··· Provided records ···
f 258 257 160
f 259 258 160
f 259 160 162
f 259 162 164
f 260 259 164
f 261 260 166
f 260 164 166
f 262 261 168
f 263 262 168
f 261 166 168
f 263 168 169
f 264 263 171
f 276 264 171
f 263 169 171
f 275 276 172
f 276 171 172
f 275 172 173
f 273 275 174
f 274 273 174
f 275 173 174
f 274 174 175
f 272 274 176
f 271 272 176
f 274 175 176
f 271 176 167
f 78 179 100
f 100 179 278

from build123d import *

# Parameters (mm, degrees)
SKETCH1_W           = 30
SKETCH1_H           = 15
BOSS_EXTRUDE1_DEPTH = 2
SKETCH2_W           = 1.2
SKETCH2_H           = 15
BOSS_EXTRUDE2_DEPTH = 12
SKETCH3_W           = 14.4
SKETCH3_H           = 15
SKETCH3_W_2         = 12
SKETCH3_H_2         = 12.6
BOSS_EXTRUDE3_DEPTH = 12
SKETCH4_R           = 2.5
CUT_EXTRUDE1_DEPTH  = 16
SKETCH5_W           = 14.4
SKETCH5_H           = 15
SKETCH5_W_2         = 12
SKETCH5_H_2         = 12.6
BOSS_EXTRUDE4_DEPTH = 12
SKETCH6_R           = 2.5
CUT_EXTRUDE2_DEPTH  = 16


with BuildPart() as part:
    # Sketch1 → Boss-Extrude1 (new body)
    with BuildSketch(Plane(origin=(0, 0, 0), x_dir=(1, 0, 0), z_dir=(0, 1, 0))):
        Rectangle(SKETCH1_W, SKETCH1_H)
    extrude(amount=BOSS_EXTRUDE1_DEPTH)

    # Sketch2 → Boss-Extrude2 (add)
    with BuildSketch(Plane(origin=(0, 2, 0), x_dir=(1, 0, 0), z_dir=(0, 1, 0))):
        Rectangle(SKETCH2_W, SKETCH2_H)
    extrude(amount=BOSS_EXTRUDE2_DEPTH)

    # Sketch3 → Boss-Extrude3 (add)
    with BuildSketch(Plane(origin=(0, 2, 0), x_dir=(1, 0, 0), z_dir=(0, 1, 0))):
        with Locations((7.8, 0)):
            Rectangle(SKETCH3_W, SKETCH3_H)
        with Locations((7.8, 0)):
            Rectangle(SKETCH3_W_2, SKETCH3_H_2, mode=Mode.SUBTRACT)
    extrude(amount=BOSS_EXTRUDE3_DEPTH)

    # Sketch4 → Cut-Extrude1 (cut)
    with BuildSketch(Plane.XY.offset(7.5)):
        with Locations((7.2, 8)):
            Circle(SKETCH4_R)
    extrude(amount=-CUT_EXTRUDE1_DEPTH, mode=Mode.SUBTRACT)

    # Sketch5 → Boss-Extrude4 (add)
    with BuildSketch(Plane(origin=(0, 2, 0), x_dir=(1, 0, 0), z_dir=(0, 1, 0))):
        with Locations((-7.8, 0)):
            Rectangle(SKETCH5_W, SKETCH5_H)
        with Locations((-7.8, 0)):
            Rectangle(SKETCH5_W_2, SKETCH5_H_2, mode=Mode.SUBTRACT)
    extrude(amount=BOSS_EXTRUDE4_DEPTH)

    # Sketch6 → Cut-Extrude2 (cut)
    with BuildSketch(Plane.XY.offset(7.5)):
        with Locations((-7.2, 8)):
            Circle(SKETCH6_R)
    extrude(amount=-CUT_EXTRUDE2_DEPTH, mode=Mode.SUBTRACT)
···
··· Provided records ···
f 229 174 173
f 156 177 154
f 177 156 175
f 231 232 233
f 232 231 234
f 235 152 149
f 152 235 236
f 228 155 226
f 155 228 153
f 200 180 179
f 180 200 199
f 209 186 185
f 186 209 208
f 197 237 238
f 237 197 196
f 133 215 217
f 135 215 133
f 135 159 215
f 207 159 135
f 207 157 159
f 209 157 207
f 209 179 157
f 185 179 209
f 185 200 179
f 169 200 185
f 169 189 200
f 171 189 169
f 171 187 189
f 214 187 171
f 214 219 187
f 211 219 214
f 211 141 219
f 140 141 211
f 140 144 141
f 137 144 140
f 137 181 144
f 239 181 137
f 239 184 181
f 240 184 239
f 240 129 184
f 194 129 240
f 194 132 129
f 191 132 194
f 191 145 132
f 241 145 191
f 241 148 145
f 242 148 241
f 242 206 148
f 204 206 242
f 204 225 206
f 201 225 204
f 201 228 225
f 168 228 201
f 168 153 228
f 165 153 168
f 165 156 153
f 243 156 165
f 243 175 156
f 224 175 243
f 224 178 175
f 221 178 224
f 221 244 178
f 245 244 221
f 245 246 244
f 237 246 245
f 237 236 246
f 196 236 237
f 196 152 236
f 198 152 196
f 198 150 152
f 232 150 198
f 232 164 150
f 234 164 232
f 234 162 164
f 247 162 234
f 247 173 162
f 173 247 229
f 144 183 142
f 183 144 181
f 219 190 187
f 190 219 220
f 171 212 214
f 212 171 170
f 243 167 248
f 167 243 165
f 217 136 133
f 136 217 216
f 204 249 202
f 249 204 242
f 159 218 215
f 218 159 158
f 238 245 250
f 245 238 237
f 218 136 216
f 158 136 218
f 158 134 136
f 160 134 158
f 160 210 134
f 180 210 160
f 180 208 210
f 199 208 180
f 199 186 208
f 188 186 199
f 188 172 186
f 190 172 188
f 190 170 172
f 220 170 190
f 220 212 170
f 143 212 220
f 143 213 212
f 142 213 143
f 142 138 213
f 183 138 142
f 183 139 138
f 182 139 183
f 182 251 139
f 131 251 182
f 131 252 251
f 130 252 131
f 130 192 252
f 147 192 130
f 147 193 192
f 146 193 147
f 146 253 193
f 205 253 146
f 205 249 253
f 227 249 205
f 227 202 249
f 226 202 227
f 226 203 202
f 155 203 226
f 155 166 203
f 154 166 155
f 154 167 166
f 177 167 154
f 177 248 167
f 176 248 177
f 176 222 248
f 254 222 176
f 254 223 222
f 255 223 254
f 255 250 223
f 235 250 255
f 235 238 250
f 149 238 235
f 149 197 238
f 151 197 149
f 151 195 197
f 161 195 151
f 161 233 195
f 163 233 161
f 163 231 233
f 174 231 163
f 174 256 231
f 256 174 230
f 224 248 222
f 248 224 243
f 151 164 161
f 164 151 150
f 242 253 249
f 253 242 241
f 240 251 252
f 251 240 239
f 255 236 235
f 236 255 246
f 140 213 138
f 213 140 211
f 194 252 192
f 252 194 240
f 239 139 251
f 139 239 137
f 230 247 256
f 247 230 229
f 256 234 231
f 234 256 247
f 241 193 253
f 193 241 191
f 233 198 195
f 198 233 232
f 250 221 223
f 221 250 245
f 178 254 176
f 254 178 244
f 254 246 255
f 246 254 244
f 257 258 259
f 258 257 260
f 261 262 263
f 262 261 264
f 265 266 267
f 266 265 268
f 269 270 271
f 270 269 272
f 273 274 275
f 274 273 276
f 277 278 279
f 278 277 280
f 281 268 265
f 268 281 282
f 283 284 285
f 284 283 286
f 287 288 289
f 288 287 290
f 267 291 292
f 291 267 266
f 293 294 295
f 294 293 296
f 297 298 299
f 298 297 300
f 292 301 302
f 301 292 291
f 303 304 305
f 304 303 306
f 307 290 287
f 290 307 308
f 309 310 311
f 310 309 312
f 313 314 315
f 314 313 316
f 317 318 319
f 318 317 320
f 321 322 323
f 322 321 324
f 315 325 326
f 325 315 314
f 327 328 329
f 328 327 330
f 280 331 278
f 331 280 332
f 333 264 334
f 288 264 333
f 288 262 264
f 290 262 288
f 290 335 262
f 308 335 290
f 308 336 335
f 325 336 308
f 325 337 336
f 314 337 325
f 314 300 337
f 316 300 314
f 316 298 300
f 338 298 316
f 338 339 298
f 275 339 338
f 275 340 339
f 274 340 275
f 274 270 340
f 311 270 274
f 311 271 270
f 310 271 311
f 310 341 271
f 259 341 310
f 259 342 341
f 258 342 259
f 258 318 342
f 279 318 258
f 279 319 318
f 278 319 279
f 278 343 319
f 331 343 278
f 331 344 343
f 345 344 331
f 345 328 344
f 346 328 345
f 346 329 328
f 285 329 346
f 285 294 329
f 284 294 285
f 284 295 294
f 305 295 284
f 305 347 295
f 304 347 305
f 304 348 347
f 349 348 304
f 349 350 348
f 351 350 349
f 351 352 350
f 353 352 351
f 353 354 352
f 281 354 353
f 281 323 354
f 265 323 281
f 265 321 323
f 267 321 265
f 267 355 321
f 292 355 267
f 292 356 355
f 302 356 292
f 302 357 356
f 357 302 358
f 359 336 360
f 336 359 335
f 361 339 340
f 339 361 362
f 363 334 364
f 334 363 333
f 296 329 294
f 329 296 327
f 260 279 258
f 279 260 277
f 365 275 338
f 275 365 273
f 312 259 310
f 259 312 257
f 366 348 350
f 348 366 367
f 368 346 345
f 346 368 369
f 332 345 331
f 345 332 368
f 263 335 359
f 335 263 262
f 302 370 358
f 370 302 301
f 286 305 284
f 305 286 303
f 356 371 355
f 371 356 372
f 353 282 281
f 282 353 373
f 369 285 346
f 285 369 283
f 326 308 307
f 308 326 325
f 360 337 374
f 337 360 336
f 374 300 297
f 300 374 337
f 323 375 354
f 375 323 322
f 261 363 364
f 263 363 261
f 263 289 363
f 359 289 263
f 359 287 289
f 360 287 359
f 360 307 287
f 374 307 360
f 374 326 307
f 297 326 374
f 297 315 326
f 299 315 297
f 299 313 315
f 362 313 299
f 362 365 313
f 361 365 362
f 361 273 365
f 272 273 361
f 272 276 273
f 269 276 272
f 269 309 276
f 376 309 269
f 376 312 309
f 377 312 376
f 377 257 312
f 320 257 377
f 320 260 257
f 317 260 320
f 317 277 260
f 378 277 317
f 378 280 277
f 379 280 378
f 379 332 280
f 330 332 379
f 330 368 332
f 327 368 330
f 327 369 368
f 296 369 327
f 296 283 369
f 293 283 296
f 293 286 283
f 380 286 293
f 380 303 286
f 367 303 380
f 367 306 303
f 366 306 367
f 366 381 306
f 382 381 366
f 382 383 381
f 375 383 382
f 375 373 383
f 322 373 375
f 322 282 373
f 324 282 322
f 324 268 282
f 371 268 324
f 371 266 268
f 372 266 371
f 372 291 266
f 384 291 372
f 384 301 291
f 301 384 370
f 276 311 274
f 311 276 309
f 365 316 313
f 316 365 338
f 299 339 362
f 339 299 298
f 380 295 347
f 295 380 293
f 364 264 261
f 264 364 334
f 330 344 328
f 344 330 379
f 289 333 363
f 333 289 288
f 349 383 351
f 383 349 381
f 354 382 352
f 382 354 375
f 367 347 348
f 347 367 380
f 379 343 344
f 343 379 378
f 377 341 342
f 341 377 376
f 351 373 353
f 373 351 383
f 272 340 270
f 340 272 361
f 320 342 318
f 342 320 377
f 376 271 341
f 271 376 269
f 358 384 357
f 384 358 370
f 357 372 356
···
··· Provided records ···
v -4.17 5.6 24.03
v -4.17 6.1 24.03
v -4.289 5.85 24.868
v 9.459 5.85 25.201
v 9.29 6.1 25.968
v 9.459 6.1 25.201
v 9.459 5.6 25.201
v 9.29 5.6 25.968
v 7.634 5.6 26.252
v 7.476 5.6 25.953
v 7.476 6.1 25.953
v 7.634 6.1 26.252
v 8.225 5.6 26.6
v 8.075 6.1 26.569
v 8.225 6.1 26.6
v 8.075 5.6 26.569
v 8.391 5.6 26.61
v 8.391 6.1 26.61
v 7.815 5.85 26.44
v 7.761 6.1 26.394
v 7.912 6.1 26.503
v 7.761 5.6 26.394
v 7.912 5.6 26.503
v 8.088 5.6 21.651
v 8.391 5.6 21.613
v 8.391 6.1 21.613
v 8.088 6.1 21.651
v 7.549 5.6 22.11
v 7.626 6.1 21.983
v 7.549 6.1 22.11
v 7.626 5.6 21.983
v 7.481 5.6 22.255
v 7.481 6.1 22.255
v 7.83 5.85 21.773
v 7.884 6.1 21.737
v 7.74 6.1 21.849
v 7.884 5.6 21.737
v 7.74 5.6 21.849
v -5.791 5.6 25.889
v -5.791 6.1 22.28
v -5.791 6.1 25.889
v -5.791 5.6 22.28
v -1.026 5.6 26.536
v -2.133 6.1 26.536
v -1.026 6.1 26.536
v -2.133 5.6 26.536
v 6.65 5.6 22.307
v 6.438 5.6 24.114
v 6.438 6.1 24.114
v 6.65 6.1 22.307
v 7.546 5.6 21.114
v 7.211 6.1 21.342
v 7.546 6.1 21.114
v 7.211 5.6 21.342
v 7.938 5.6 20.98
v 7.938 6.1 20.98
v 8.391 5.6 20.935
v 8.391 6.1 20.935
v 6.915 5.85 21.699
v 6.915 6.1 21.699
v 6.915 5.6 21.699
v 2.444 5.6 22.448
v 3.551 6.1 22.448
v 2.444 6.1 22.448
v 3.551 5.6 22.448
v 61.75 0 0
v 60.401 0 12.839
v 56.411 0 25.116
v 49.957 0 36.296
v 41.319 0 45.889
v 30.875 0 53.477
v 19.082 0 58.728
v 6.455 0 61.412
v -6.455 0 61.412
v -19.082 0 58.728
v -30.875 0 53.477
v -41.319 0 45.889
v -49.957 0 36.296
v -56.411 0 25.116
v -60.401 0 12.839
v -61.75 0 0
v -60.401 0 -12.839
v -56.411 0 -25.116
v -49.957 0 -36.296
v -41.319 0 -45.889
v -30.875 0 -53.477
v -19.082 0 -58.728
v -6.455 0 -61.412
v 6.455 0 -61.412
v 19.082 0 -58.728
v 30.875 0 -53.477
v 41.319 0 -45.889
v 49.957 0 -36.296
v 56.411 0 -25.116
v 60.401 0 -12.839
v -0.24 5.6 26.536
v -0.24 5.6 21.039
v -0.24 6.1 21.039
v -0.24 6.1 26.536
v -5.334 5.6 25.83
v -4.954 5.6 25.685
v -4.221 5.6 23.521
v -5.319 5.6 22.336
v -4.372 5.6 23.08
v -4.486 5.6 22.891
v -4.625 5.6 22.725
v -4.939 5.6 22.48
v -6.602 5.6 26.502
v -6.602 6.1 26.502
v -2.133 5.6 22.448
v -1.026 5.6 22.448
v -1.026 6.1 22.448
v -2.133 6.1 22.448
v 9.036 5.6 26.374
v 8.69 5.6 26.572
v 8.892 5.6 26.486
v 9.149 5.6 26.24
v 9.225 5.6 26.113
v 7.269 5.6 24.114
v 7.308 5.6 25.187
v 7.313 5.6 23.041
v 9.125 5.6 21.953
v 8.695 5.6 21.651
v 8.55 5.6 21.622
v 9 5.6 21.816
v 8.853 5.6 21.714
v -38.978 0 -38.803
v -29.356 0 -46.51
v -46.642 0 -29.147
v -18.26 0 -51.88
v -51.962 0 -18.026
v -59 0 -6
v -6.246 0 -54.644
···
§ **What the task requires**: Above are the records; print exactly the lines from the line with "v 6.915 5.85 21.699" to the line with "v -6.246 0 -54.644", including both, and nothing else.

§ **Answer box**:
v 6.915 5.85 21.699
v 6.915 6.1 21.699
v 6.915 5.6 21.699
v 2.444 5.6 22.448
v 3.551 6.1 22.448
v 2.444 6.1 22.448
v 3.551 5.6 22.448
v 61.75 0 0
v 60.401 0 12.839
v 56.411 0 25.116
v 49.957 0 36.296
v 41.319 0 45.889
v 30.875 0 53.477
v 19.082 0 58.728
v 6.455 0 61.412
v -6.455 0 61.412
v -19.082 0 58.728
v -30.875 0 53.477
v -41.319 0 45.889
v -49.957 0 36.296
v -56.411 0 25.116
v -60.401 0 12.839
v -61.75 0 0
v -60.401 0 -12.839
v -56.411 0 -25.116
v -49.957 0 -36.296
v -41.319 0 -45.889
v -30.875 0 -53.477
v -19.082 0 -58.728
v -6.455 0 -61.412
v 6.455 0 -61.412
v 19.082 0 -58.728
v 30.875 0 -53.477
v 41.319 0 -45.889
v 49.957 0 -36.296
v 56.411 0 -25.116
v 60.401 0 -12.839
v -0.24 5.6 26.536
v -0.24 5.6 21.039
v -0.24 6.1 21.039
v -0.24 6.1 26.536
v -5.334 5.6 25.83
v -4.954 5.6 25.685
v -4.221 5.6 23.521
v -5.319 5.6 22.336
v -4.372 5.6 23.08
v -4.486 5.6 22.891
v -4.625 5.6 22.725
v -4.939 5.6 22.48
v -6.602 5.6 26.502
v -6.602 6.1 26.502
v -2.133 5.6 22.448
v -1.026 5.6 22.448
v -1.026 6.1 22.448
v -2.133 6.1 22.448
v 9.036 5.6 26.374
v 8.69 5.6 26.572
v 8.892 5.6 26.486
v 9.149 5.6 26.24
v 9.225 5.6 26.113
v 7.269 5.6 24.114
v 7.308 5.6 25.187
v 7.313 5.6 23.041
v 9.125 5.6 21.953
v 8.695 5.6 21.651
v 8.55 5.6 21.622
v 9 5.6 21.816
v 8.853 5.6 21.714
v -38.978 0 -38.803
v -29.356 0 -46.51
v -46.642 0 -29.147
v -18.26 0 -51.88
v -51.962 0 -18.026
v -59 0 -6
v -6.246 0 -54.644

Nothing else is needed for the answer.